Best way to run feeder 350 feet underground?

LarryFine

Master Electrician Electric Contractor Richmond VA
Location
Henrico County, VA
Occupation
Electrical Contractor
I just got a call to price running a feeder from a garage with a 200a panel to a barn to supply a 30a, 120v RV outlet.

There is presently a 20a circuit, but I don't yet know the wire size used. Even #10cu would be iffy with voltage drop.

I would probably recommend #6cu or larger al wire for the distance, and also suggest a 4-wire feeder for future use.

The main question is whether to go with PVC and wires, which would be a bear to pull vs going with direct-bury wire.

Between underground feeder like URD or mobile-home feeder, what are the functional differences between the two?

Thank you as always.
 
Not sure what your actual load is but for the minimum conductor size I ran these through the Southwire VD calculator and got these numbers for:

120 volts, 350', 3% VD, Copper conductors, (Aluminum conductors):
30 amps-#1/0 (#3/0)
25 amps-#1 AWG (#2/0)
20 amps-#2 AWG (#1/0)
15 amps-#4 AWG (#2 AWG)
10 amps #6 AWG (#3 AWG)
 
Thank you for that, Rob.

Correct, RV outlet.

The customer is correctly concerned that the existing 20a lighting feeder is inadequate.

I now know I want MHF, not URD, and I plan to suggest 2-2-2-4 al, such as this:


Additional opinions welcome.
 
At that distance I would install at least a 1.25" PVC even if you choose to go with a direct burial cable assembly . An open ditch now is not going to be open later. As a matter of fact, I would probably install a water line too
 
there's only 5 cents a foot difference, about half the voltage drop on the aluminum, and easier to direct bury.

#10 is showing 19.9% drop on a 350' with 30a @ 120v.
#2 alum urd triplex is showing 5.37% drop on the same.

nassau national cable is showing 2-2-4 (stephens) aluminum urd at $1.40/foot
they are also showing 10/2 UF cable at ...... $1.45/FOOT.

i'd bury the #2 aluminum direct bury. (assuming you're not in rocky area) it's cheaper, and has 1/4 the voltage drop.
 
I know nothing about RV's, what size load would one expect on a 30 amp circuit?
Impossible to know. Most have a typical 120/240 panel (even though no 240V loads, usually) but when they use the 120V/30A adapter, both buses get connected to the single ‘hot’. Those rooftop ACs draw 12A. So a large RV with 2 ACs can draw 24A just for AC. The rest is mostly lights and maybe a TV. Until they start bringing portable, electric kitchen appliances, then anything’s possible.
 
I may be able to sell him on $1K for wire, but probably not $3.5K for conduit.
Where are you buying your conduit? 350' of 1.25 is less than $500.00. I agree that the customer probably doesn't want to spend that either
 
I know nothing about RV's, what size load would one expect on a 30 amp circuit?
Used on smaller/older travel trailers. Mostly runs on propane, even the frig. About the biggest load they have is a 120V/15A AC unit.

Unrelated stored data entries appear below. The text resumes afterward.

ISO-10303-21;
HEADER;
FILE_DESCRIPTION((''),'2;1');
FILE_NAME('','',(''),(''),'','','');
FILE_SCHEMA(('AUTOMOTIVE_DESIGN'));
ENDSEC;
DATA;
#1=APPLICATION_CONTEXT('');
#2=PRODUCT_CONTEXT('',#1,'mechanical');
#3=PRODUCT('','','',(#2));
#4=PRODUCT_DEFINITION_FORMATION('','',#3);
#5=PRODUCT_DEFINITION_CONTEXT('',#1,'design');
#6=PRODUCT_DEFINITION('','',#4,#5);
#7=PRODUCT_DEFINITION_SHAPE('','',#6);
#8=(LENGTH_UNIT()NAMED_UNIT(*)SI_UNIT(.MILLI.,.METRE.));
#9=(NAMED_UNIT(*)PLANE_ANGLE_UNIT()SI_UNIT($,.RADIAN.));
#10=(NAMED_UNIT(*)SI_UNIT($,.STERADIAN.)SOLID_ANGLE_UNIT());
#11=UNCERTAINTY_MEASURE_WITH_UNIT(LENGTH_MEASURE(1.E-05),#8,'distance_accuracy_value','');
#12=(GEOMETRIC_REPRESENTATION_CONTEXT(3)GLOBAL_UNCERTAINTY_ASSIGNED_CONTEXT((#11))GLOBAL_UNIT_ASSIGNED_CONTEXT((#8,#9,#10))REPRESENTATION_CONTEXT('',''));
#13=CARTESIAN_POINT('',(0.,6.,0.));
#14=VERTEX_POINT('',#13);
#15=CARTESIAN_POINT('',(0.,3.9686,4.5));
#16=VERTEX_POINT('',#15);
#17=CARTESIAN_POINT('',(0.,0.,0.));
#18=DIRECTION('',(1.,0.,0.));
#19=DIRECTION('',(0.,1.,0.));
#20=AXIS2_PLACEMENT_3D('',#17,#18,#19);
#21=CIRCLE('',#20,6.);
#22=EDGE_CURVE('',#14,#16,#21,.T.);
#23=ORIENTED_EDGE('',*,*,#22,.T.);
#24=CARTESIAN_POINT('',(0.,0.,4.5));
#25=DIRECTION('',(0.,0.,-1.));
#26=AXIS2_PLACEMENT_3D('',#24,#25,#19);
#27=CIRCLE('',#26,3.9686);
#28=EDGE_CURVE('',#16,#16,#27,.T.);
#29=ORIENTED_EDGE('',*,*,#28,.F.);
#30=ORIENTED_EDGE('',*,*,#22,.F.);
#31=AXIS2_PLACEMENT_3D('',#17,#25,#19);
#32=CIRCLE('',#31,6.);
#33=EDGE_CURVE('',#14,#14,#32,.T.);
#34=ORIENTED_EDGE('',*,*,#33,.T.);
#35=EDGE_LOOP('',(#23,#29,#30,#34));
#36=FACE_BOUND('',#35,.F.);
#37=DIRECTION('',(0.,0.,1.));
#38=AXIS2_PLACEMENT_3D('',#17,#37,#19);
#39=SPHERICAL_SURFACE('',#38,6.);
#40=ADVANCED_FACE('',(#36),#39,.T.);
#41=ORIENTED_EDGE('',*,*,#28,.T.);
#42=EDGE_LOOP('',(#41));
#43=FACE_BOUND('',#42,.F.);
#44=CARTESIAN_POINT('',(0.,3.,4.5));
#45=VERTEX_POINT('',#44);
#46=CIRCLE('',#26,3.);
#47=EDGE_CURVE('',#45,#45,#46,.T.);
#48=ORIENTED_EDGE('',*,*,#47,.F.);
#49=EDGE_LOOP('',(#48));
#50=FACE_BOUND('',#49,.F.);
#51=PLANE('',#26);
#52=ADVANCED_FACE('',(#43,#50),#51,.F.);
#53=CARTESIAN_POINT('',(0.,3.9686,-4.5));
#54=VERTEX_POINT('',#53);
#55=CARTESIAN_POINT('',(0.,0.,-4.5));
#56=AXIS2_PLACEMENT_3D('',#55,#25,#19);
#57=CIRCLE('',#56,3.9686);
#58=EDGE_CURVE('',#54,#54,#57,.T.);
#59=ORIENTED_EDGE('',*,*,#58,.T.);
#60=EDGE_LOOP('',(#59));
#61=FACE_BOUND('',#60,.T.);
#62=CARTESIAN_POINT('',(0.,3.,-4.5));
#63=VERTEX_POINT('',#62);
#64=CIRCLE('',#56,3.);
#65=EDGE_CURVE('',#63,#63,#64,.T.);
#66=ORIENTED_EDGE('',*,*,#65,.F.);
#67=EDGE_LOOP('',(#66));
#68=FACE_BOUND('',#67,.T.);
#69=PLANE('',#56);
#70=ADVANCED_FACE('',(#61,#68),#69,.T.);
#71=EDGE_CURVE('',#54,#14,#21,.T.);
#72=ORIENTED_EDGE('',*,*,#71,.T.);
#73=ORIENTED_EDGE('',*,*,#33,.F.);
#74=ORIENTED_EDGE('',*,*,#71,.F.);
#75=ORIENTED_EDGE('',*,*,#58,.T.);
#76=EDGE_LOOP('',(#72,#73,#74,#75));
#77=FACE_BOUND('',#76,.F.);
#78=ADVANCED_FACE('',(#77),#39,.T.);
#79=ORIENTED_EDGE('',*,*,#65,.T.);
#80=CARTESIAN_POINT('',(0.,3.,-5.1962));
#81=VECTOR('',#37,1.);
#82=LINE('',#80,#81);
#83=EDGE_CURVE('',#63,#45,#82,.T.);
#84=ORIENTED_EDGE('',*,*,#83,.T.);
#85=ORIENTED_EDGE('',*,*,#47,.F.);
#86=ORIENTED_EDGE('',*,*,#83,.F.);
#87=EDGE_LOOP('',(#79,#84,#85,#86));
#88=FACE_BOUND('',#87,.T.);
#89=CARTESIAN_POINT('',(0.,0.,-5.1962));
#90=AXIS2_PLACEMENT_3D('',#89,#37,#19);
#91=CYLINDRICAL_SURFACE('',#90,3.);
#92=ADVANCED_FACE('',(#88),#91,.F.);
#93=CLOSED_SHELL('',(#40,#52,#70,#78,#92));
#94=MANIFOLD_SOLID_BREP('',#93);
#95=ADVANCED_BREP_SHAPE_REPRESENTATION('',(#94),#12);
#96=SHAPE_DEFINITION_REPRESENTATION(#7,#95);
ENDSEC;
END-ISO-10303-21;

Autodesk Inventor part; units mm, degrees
ref_plane "YZ Plane" through (0, 0, 0) normal (1, 0, 0) x (0, 1, 0)
ref_plane "XZ Plane" through (0, 0, 0) normal (0, 1, 0) x (-1, 0, 0)
ref_plane "XY Plane" through (0, 0, 0) normal (0, 0, 1) x (1, 0, 0)
sketch "Sketch1" plane through (0, 0, 0) normal (1, 0, 0) x (0, 1, 0)
  circle A0 centre (0, 0) radius 6
  line L0 (0, 6) -> (0, -6)
  line L1 (3, -5.1962) -> (3, 5.1962)
  line L2 (3.9686, 4.5) -> (3, 4.5)
  line L3 (3.9686, -4.5) -> (3, -4.5)
  dimension "d0" = 6
  dimension "d1" = 9
  dimension "d2" = 12
revolve "Revolution1" add sketch "Sketch1" angle 360 about axis through (0, 0, 6) along (0, 0, -1) contours A0 L3 L1 L2
properties part number "Ball_6mm_CPY"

The bigger RV's use NEMA 14-50's.
 
I would use PVC, but we have rocky soil. I wouldn't even think of going smaller than 2" on #2 for that length of pull. I would also be inclined to use steel sweeps. If you have sandy soil, I would toss it right in the ditch.

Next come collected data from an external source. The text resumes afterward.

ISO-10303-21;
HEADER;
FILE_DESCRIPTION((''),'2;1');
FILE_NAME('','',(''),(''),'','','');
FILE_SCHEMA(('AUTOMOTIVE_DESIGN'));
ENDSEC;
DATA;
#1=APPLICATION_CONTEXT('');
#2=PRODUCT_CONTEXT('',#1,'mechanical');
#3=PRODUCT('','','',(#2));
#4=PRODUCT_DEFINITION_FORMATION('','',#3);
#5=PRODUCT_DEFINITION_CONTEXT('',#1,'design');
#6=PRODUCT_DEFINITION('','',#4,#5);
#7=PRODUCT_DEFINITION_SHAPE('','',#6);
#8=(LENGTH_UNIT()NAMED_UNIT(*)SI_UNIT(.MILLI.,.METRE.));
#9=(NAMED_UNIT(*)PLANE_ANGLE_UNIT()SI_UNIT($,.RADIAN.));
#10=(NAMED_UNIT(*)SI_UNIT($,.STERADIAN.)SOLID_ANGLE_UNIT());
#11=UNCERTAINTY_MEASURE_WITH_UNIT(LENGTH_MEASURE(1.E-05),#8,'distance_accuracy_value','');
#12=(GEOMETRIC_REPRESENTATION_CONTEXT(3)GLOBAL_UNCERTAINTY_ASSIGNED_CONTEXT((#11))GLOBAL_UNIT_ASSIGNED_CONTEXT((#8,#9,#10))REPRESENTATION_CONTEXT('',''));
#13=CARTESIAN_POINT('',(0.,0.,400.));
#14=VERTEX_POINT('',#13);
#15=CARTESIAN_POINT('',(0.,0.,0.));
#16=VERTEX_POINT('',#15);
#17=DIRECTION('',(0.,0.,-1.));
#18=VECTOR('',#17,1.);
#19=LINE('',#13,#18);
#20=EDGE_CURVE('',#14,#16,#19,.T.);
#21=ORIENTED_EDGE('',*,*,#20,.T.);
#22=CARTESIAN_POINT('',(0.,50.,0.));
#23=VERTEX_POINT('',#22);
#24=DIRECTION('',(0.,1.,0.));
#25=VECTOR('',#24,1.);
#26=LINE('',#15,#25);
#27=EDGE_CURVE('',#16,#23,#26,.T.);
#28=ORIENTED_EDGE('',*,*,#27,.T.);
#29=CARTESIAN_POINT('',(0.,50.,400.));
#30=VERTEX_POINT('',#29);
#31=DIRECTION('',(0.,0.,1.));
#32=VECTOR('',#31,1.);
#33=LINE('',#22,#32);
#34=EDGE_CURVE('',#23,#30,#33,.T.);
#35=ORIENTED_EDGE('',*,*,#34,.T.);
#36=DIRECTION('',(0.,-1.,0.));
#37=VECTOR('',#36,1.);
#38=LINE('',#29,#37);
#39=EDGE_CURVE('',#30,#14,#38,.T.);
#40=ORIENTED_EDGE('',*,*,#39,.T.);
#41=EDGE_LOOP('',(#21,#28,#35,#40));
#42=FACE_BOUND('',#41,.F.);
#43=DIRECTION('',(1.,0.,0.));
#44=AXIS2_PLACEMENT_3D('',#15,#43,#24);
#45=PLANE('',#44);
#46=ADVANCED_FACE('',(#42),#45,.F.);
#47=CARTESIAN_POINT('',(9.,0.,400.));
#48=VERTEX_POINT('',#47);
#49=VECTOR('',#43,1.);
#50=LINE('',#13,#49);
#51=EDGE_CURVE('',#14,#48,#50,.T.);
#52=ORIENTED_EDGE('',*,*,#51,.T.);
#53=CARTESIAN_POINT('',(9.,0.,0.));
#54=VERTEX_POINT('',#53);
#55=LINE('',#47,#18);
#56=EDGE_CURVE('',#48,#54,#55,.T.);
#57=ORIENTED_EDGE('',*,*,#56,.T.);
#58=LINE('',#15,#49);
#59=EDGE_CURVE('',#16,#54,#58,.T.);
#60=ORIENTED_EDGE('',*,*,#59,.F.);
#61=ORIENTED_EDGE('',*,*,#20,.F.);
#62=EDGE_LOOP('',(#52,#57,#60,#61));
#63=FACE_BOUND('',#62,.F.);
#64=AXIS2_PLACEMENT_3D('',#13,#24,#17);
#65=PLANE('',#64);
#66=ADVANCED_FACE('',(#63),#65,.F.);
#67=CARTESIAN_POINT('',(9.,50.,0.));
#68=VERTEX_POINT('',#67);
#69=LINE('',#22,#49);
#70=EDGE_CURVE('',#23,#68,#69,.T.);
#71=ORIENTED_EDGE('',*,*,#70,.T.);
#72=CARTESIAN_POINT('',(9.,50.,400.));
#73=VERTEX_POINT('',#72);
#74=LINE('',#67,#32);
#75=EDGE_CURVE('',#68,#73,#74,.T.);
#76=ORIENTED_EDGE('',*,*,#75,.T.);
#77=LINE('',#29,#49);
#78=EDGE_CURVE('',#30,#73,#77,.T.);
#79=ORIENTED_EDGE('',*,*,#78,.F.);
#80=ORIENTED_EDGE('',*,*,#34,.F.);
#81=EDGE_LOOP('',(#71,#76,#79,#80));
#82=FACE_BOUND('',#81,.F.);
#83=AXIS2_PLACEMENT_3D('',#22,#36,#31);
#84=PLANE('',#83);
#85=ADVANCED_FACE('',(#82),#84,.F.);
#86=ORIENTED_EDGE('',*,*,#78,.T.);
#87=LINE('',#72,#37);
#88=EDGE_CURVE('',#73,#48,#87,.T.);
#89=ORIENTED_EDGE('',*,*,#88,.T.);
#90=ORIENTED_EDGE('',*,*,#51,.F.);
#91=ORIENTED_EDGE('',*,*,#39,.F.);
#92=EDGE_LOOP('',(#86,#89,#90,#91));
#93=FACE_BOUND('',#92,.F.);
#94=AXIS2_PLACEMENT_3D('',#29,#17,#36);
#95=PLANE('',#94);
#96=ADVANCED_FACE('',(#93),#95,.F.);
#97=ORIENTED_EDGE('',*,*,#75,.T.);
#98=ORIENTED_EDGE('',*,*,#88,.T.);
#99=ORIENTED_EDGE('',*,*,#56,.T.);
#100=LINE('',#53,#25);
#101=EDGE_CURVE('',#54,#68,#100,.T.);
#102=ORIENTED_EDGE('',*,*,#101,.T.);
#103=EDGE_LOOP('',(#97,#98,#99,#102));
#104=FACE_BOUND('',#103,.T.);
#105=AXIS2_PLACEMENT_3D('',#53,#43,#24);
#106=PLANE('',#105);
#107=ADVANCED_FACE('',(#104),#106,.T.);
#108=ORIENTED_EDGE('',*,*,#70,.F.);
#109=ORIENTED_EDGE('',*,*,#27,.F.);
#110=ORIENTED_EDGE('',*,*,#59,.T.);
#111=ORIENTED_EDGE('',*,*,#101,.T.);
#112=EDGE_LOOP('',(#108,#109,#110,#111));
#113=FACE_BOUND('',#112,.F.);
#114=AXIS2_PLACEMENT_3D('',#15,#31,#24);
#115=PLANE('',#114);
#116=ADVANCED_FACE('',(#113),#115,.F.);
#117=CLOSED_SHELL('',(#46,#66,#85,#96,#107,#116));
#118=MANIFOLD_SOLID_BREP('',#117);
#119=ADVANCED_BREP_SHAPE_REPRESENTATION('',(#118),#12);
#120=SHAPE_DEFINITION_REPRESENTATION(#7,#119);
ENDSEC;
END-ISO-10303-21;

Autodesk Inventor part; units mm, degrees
ref_plane "YZ Plane" through (0, 0, 0) normal (1, 0, 0) x (0, 1, 0)
ref_plane "XZ Plane" through (0, 0, 0) normal (0, 1, 0) x (-1, 0, 0)
ref_plane "XY Plane" through (0, 0, 0) normal (0, 0, 1) x (1, 0, 0)
sketch "Sketch1" plane through (0, 0, 0) normal (1, 0, 0) x (0, 1, 0)
  line L0 (0, 0) -> (50, 0)
  line L1 (50, 0) -> (50, 400)
  line L2 (50, 400) -> (0, 400)
  line L3 (0, 400) -> (0, 0)
  dimension "d0" = 50
  dimension "d1" = 400
extrude "Extrusion1" add sketch "Sketch1" along normal blind 9
properties part number "leg2"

I would be inclined to pipe it, get the cable on a reel, set it up, and pull it in with rope with a truck. Do 20' at a time with someone feeding.
 
Would it make more sense to run a 240 volt circuit and use a transformer at the 120 volt end? That would have a big impact on wire size and voltage drop.
 
I would sell the 2" PVC.

Mark
Yep.
If they like the smaller RV with 30A, they may want to upgrade to a larger unit at 50A.

But it depends on why they want this outlet in the first place. Are they living in the unit, or is it for packing/unloading, or maintenance/storage.
 
Would it make more sense to run a 240 volt circuit and use a transformer at the 120 volt end? That would have a big impact on wire size and voltage drop.

You might also be able to use the existing underground feeder using 240V and a transformer.
The transformer would draw some current under no load, but it would probably be mostly reactive power from the magnetizing current. I think most utilities only bill residential customers for real power, with the energy usage in kWh.